The data:
*****

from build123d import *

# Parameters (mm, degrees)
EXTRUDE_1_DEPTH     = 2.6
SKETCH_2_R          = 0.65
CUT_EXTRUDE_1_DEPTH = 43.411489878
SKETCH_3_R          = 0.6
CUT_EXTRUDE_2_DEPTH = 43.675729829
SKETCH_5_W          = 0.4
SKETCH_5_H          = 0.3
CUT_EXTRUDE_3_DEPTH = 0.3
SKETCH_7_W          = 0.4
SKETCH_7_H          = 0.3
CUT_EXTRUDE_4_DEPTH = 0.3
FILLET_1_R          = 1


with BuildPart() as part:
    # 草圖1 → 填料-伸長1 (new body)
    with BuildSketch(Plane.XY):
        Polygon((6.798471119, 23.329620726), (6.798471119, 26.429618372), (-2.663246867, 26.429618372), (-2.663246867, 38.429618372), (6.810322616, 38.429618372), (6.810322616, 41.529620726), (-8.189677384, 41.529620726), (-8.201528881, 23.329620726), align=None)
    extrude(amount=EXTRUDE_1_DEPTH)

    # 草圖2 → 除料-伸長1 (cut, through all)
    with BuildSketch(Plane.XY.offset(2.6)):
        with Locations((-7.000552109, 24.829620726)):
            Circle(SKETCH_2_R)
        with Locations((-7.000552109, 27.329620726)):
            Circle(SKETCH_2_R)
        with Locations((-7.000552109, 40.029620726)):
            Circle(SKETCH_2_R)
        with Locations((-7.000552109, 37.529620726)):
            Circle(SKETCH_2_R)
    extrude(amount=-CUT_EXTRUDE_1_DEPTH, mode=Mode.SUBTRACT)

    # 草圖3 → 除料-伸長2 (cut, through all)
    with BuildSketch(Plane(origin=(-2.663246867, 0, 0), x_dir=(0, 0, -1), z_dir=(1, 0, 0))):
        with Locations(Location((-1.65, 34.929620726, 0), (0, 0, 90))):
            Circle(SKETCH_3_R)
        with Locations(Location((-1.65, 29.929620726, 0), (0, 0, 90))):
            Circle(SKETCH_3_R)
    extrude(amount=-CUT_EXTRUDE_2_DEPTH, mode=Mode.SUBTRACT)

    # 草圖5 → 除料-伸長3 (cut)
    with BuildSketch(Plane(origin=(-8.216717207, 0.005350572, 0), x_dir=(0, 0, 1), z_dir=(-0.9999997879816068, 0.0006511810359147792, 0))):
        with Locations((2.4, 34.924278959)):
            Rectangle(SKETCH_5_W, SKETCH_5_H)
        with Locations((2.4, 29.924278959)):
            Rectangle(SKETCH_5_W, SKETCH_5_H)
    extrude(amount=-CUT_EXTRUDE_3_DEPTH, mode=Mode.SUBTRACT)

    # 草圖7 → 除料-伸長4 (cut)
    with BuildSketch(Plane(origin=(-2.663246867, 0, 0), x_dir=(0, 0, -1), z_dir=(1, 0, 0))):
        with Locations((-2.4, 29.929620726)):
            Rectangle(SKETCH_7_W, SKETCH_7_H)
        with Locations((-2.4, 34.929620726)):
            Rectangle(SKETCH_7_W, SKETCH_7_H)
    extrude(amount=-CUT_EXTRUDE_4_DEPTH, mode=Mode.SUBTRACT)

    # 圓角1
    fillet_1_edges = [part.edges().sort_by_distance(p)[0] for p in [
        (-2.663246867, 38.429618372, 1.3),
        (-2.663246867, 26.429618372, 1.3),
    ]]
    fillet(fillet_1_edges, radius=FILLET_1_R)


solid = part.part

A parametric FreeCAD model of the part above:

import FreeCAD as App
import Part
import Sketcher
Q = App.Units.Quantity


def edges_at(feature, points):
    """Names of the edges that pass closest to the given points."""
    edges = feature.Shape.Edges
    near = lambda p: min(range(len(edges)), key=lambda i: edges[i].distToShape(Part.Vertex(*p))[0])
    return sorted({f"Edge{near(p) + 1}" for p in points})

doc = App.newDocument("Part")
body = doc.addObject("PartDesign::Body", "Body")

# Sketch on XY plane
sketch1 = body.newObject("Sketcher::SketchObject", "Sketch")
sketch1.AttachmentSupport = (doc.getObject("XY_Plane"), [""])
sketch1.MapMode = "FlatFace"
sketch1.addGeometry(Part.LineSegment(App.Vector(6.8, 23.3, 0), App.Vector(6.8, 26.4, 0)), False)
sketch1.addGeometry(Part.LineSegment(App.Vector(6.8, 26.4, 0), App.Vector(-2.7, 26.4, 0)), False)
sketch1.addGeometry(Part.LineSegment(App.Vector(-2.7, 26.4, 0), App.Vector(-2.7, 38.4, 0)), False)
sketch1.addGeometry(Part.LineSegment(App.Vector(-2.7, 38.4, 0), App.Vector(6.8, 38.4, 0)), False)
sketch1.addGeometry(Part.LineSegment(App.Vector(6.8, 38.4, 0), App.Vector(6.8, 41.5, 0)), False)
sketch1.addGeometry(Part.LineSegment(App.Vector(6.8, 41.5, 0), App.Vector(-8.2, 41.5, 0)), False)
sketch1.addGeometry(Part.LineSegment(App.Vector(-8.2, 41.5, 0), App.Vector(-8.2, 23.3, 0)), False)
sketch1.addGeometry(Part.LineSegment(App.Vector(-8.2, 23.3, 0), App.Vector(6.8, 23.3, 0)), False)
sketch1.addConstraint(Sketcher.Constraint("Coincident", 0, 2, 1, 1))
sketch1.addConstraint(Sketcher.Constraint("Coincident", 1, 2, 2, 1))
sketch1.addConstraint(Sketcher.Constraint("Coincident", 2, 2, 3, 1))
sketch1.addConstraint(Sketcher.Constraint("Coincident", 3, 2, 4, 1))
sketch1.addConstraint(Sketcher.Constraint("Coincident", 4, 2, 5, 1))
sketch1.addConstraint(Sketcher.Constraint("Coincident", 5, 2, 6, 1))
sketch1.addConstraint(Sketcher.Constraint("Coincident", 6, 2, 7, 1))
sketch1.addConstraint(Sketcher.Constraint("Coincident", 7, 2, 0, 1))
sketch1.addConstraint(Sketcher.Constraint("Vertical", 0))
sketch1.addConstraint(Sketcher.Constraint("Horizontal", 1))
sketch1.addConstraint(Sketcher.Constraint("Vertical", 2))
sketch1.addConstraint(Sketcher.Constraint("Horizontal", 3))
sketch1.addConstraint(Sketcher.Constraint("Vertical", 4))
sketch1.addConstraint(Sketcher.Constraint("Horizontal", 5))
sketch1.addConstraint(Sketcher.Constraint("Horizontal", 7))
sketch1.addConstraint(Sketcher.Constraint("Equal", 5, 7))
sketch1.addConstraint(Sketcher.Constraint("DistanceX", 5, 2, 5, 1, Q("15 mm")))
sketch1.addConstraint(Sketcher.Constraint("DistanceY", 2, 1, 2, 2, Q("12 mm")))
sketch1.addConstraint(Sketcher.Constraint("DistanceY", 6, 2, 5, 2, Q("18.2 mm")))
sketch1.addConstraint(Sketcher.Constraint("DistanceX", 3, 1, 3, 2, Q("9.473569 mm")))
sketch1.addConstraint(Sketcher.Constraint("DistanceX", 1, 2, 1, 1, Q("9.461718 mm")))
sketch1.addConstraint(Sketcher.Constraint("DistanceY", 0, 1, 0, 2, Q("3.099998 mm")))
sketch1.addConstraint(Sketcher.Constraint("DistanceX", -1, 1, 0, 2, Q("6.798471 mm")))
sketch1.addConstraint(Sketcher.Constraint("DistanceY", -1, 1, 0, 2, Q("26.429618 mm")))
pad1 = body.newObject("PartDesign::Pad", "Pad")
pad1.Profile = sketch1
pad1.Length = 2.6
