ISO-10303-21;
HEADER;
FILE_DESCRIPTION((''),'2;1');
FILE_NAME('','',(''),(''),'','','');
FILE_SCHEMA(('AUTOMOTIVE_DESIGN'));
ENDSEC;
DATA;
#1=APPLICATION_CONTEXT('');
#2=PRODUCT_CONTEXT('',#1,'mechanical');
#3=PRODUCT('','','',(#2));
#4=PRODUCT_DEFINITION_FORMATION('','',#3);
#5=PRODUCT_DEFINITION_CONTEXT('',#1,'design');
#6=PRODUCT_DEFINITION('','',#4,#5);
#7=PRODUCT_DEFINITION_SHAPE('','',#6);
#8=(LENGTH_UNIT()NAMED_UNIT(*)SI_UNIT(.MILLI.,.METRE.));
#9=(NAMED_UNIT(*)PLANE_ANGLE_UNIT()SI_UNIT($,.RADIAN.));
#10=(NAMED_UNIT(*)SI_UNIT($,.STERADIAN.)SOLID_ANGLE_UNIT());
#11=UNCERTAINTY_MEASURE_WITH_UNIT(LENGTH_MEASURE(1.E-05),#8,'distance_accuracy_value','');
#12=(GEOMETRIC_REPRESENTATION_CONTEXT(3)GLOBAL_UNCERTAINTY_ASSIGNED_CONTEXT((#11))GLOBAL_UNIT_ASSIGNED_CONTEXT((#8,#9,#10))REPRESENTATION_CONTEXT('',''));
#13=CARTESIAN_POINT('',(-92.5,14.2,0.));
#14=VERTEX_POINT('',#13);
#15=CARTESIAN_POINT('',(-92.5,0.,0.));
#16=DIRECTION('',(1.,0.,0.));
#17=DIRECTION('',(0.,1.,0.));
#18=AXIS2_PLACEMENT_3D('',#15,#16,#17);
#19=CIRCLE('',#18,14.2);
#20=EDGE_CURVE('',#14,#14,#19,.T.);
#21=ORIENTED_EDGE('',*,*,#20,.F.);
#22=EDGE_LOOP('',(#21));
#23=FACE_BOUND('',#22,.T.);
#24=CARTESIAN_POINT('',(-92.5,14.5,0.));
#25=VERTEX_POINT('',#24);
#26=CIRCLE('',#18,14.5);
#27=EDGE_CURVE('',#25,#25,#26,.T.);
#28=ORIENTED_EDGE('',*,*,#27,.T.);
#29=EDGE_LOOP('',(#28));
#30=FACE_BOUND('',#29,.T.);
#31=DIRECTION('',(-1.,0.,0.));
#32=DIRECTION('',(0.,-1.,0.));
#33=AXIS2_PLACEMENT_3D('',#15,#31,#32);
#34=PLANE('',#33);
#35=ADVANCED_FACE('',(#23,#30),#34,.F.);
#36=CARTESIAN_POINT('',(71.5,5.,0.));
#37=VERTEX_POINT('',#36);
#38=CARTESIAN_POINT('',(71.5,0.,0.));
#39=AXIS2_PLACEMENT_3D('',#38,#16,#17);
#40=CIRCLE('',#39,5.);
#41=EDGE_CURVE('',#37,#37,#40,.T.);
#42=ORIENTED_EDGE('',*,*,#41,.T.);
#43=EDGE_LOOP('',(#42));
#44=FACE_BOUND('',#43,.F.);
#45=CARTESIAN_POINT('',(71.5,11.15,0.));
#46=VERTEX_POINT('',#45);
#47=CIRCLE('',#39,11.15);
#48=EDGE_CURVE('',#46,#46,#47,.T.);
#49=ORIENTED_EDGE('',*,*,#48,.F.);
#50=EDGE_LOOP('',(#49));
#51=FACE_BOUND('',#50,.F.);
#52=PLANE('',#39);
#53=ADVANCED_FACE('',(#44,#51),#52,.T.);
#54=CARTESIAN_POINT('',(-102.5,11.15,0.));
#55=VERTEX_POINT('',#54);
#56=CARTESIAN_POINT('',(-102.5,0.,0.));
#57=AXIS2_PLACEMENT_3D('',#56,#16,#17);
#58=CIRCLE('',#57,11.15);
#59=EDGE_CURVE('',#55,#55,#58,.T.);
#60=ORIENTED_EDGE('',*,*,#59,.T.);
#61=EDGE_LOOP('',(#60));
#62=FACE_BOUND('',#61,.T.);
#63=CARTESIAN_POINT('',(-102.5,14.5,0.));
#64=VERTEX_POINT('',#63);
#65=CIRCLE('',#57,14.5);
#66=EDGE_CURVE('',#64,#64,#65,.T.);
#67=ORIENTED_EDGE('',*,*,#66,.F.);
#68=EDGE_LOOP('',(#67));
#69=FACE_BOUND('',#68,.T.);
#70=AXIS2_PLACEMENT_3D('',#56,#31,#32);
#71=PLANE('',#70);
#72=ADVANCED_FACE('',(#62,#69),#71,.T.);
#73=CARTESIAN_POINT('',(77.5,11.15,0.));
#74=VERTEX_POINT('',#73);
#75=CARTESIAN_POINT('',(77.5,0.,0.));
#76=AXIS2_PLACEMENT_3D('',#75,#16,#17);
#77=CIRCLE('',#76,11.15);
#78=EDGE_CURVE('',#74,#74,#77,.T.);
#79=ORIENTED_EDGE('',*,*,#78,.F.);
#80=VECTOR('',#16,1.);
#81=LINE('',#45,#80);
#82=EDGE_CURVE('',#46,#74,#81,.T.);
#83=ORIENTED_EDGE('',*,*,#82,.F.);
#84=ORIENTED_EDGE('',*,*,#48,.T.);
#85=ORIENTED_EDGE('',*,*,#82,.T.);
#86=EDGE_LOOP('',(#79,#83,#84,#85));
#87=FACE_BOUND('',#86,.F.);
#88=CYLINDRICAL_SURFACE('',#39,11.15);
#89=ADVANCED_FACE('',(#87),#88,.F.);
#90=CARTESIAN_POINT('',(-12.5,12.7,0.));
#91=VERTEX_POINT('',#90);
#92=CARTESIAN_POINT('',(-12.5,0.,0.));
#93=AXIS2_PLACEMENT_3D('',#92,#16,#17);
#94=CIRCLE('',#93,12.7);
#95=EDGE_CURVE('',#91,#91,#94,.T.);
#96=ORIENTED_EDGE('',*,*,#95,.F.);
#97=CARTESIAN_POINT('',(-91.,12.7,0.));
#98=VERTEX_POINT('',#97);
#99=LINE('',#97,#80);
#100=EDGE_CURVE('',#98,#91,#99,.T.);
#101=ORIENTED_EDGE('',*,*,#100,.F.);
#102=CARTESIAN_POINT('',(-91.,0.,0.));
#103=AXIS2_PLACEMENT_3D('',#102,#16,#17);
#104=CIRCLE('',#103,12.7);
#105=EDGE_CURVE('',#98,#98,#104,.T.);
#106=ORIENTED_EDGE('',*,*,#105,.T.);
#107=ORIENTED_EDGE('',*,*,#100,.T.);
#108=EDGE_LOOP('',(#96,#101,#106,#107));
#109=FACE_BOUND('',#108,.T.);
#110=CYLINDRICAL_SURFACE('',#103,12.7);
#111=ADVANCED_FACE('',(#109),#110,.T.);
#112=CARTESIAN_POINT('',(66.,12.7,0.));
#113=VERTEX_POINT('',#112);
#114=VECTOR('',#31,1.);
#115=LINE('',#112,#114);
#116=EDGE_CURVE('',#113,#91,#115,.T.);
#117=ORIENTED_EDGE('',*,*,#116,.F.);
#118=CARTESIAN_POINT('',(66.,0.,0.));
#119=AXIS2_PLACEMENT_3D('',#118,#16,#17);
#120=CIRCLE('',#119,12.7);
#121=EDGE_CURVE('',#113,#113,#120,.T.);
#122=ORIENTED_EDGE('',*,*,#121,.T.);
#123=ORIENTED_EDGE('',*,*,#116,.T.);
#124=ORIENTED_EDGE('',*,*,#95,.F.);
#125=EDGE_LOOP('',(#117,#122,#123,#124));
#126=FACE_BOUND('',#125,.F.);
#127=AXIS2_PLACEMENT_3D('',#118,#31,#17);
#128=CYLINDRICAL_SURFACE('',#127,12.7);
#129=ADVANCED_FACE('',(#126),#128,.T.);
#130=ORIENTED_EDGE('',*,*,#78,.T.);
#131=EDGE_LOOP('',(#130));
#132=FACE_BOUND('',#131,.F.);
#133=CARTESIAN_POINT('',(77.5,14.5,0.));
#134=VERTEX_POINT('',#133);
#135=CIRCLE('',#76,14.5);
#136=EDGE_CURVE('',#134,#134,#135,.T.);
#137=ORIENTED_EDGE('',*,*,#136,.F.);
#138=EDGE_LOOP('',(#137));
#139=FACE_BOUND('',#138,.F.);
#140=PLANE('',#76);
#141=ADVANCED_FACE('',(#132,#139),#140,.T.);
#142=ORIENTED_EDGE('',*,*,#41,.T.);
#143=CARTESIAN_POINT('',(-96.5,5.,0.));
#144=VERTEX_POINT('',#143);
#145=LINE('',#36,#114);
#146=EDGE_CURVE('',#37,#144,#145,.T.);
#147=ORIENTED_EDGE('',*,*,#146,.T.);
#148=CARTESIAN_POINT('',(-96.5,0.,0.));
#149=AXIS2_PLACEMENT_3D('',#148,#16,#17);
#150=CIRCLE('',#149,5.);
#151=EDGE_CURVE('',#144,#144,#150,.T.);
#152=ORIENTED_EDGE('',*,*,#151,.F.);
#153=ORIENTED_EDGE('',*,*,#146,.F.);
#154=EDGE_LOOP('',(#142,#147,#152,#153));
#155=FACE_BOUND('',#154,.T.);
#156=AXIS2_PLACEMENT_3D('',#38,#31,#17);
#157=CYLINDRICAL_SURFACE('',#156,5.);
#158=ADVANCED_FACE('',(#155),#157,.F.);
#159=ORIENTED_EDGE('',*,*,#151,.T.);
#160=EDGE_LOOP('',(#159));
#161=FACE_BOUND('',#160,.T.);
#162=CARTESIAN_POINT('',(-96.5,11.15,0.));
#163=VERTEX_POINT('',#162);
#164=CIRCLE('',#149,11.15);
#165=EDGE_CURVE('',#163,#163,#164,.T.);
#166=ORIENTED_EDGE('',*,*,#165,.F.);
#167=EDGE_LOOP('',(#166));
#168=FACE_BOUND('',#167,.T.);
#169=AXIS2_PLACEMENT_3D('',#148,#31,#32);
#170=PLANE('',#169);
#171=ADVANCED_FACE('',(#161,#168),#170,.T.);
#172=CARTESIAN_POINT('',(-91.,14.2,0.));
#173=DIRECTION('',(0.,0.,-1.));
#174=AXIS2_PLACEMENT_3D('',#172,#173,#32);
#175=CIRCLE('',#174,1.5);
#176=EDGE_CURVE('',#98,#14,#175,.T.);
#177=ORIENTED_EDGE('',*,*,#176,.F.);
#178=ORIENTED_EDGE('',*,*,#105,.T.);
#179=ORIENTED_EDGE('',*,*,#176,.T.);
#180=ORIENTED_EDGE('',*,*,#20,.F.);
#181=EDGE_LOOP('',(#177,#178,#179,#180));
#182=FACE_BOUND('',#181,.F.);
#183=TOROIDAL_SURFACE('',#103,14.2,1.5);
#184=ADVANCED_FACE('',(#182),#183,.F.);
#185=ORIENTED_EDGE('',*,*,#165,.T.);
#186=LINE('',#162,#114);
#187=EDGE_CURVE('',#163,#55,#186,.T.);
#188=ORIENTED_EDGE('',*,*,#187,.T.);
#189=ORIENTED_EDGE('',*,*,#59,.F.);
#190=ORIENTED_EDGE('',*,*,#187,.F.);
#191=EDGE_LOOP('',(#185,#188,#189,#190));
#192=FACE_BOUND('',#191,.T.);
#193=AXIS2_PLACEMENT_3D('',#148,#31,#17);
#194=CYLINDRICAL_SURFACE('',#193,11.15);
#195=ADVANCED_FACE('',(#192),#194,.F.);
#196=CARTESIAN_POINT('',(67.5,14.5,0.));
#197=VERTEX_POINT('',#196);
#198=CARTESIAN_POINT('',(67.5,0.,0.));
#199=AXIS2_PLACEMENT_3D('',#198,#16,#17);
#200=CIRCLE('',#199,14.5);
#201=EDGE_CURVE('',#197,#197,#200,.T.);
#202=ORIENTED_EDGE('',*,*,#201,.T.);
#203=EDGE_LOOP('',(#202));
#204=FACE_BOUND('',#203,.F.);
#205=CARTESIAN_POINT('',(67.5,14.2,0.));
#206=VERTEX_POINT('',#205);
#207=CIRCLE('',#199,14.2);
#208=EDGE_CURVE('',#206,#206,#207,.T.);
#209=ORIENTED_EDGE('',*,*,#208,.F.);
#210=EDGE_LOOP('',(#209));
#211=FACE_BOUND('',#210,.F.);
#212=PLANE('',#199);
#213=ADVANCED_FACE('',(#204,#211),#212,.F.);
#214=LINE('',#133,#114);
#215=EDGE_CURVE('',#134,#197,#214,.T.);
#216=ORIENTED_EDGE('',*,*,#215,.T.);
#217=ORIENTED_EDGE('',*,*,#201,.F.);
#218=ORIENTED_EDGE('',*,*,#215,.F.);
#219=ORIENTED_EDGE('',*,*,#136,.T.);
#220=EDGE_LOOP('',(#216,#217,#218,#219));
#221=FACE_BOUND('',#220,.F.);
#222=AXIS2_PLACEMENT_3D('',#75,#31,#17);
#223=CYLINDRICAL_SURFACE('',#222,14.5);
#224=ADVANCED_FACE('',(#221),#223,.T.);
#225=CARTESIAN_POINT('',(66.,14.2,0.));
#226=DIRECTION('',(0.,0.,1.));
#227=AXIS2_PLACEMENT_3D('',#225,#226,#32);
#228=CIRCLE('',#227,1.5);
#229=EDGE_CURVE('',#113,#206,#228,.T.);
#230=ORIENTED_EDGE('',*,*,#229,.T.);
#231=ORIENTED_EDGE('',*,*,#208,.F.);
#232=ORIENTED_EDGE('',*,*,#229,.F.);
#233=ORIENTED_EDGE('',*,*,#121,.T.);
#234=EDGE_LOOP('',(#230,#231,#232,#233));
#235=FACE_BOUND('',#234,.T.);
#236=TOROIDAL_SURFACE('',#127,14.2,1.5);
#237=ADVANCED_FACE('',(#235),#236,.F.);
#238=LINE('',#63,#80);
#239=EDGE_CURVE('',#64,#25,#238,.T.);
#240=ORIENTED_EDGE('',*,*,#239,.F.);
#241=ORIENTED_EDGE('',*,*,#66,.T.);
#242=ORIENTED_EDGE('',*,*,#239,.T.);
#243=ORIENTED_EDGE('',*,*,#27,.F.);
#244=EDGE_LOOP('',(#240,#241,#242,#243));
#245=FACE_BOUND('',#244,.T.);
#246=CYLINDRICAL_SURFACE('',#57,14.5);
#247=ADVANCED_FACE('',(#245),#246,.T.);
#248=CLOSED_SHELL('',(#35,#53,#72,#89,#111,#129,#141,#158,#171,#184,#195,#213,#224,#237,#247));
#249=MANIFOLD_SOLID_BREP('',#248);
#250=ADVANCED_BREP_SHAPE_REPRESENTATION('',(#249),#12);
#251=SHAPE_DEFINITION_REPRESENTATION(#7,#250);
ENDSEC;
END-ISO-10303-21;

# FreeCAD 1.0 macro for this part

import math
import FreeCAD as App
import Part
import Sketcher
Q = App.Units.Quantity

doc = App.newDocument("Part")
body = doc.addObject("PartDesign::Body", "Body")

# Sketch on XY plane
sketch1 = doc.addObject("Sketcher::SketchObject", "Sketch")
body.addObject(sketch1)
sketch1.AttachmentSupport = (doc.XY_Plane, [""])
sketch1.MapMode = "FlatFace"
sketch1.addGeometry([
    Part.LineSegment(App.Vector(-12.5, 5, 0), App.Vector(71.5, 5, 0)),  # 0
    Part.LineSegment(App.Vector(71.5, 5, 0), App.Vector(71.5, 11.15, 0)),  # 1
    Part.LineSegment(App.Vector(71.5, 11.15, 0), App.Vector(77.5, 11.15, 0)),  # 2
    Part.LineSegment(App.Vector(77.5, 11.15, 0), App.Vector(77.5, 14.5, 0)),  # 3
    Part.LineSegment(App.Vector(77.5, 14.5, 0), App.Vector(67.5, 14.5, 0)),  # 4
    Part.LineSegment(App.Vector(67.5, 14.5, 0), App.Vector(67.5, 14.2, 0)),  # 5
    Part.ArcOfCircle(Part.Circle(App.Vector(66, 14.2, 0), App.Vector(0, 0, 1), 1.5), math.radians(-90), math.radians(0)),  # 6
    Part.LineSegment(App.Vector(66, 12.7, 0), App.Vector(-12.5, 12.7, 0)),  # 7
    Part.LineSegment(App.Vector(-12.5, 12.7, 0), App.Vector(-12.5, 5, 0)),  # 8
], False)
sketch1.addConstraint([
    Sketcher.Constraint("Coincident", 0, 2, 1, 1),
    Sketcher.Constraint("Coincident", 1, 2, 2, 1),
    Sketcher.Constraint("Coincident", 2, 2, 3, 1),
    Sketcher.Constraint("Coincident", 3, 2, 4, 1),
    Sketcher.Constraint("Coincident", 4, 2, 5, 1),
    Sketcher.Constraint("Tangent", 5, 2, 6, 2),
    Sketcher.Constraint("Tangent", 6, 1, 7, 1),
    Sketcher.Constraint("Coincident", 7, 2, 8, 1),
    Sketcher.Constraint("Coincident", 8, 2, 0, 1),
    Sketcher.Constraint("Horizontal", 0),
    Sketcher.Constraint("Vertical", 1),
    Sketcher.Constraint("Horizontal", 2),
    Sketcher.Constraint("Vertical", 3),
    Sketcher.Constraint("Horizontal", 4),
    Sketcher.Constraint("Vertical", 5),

*****

Problem:
Reproduce only the lines above spanning from the line containing "#49=ORIENTED_EDGE('',*,*,#48,.F.);" through the line containing "#110=CYLINDRICAL_SURFACE('',#103,12.7);", word for word.

Completed task:
#49=ORIENTED_EDGE('',*,*,#48,.F.);
#50=EDGE_LOOP('',(#49));
#51=FACE_BOUND('',#50,.F.);
#52=PLANE('',#39);
#53=ADVANCED_FACE('',(#44,#51),#52,.T.);
#54=CARTESIAN_POINT('',(-102.5,11.15,0.));
#55=VERTEX_POINT('',#54);
#56=CARTESIAN_POINT('',(-102.5,0.,0.));
#57=AXIS2_PLACEMENT_3D('',#56,#16,#17);
#58=CIRCLE('',#57,11.15);
#59=EDGE_CURVE('',#55,#55,#58,.T.);
#60=ORIENTED_EDGE('',*,*,#59,.T.);
#61=EDGE_LOOP('',(#60));
#62=FACE_BOUND('',#61,.T.);
#63=CARTESIAN_POINT('',(-102.5,14.5,0.));
#64=VERTEX_POINT('',#63);
#65=CIRCLE('',#57,14.5);
#66=EDGE_CURVE('',#64,#64,#65,.T.);
#67=ORIENTED_EDGE('',*,*,#66,.F.);
#68=EDGE_LOOP('',(#67));
#69=FACE_BOUND('',#68,.T.);
#70=AXIS2_PLACEMENT_3D('',#56,#31,#32);
#71=PLANE('',#70);
#72=ADVANCED_FACE('',(#62,#69),#71,.T.);
#73=CARTESIAN_POINT('',(77.5,11.15,0.));
#74=VERTEX_POINT('',#73);
#75=CARTESIAN_POINT('',(77.5,0.,0.));
#76=AXIS2_PLACEMENT_3D('',#75,#16,#17);
#77=CIRCLE('',#76,11.15);
#78=EDGE_CURVE('',#74,#74,#77,.T.);
#79=ORIENTED_EDGE('',*,*,#78,.F.);
#80=VECTOR('',#16,1.);
#81=LINE('',#45,#80);
#82=EDGE_CURVE('',#46,#74,#81,.T.);
#83=ORIENTED_EDGE('',*,*,#82,.F.);
#84=ORIENTED_EDGE('',*,*,#48,.T.);
#85=ORIENTED_EDGE('',*,*,#82,.T.);
#86=EDGE_LOOP('',(#79,#83,#84,#85));
#87=FACE_BOUND('',#86,.F.);
#88=CYLINDRICAL_SURFACE('',#39,11.15);
#89=ADVANCED_FACE('',(#87),#88,.F.);
#90=CARTESIAN_POINT('',(-12.5,12.7,0.));
#91=VERTEX_POINT('',#90);
#92=CARTESIAN_POINT('',(-12.5,0.,0.));
#93=AXIS2_PLACEMENT_3D('',#92,#16,#17);
#94=CIRCLE('',#93,12.7);
#95=EDGE_CURVE('',#91,#91,#94,.T.);
#96=ORIENTED_EDGE('',*,*,#95,.F.);
#97=CARTESIAN_POINT('',(-91.,12.7,0.));
#98=VERTEX_POINT('',#97);
#99=LINE('',#97,#80);
#100=EDGE_CURVE('',#98,#91,#99,.T.);
#101=ORIENTED_EDGE('',*,*,#100,.F.);
#102=CARTESIAN_POINT('',(-91.,0.,0.));
#103=AXIS2_PLACEMENT_3D('',#102,#16,#17);
#104=CIRCLE('',#103,12.7);
#105=EDGE_CURVE('',#98,#98,#104,.T.);
#106=ORIENTED_EDGE('',*,*,#105,.T.);
#107=ORIENTED_EDGE('',*,*,#100,.T.);
#108=EDGE_LOOP('',(#96,#101,#106,#107));
#109=FACE_BOUND('',#108,.T.);
#110=CYLINDRICAL_SURFACE('',#103,12.7);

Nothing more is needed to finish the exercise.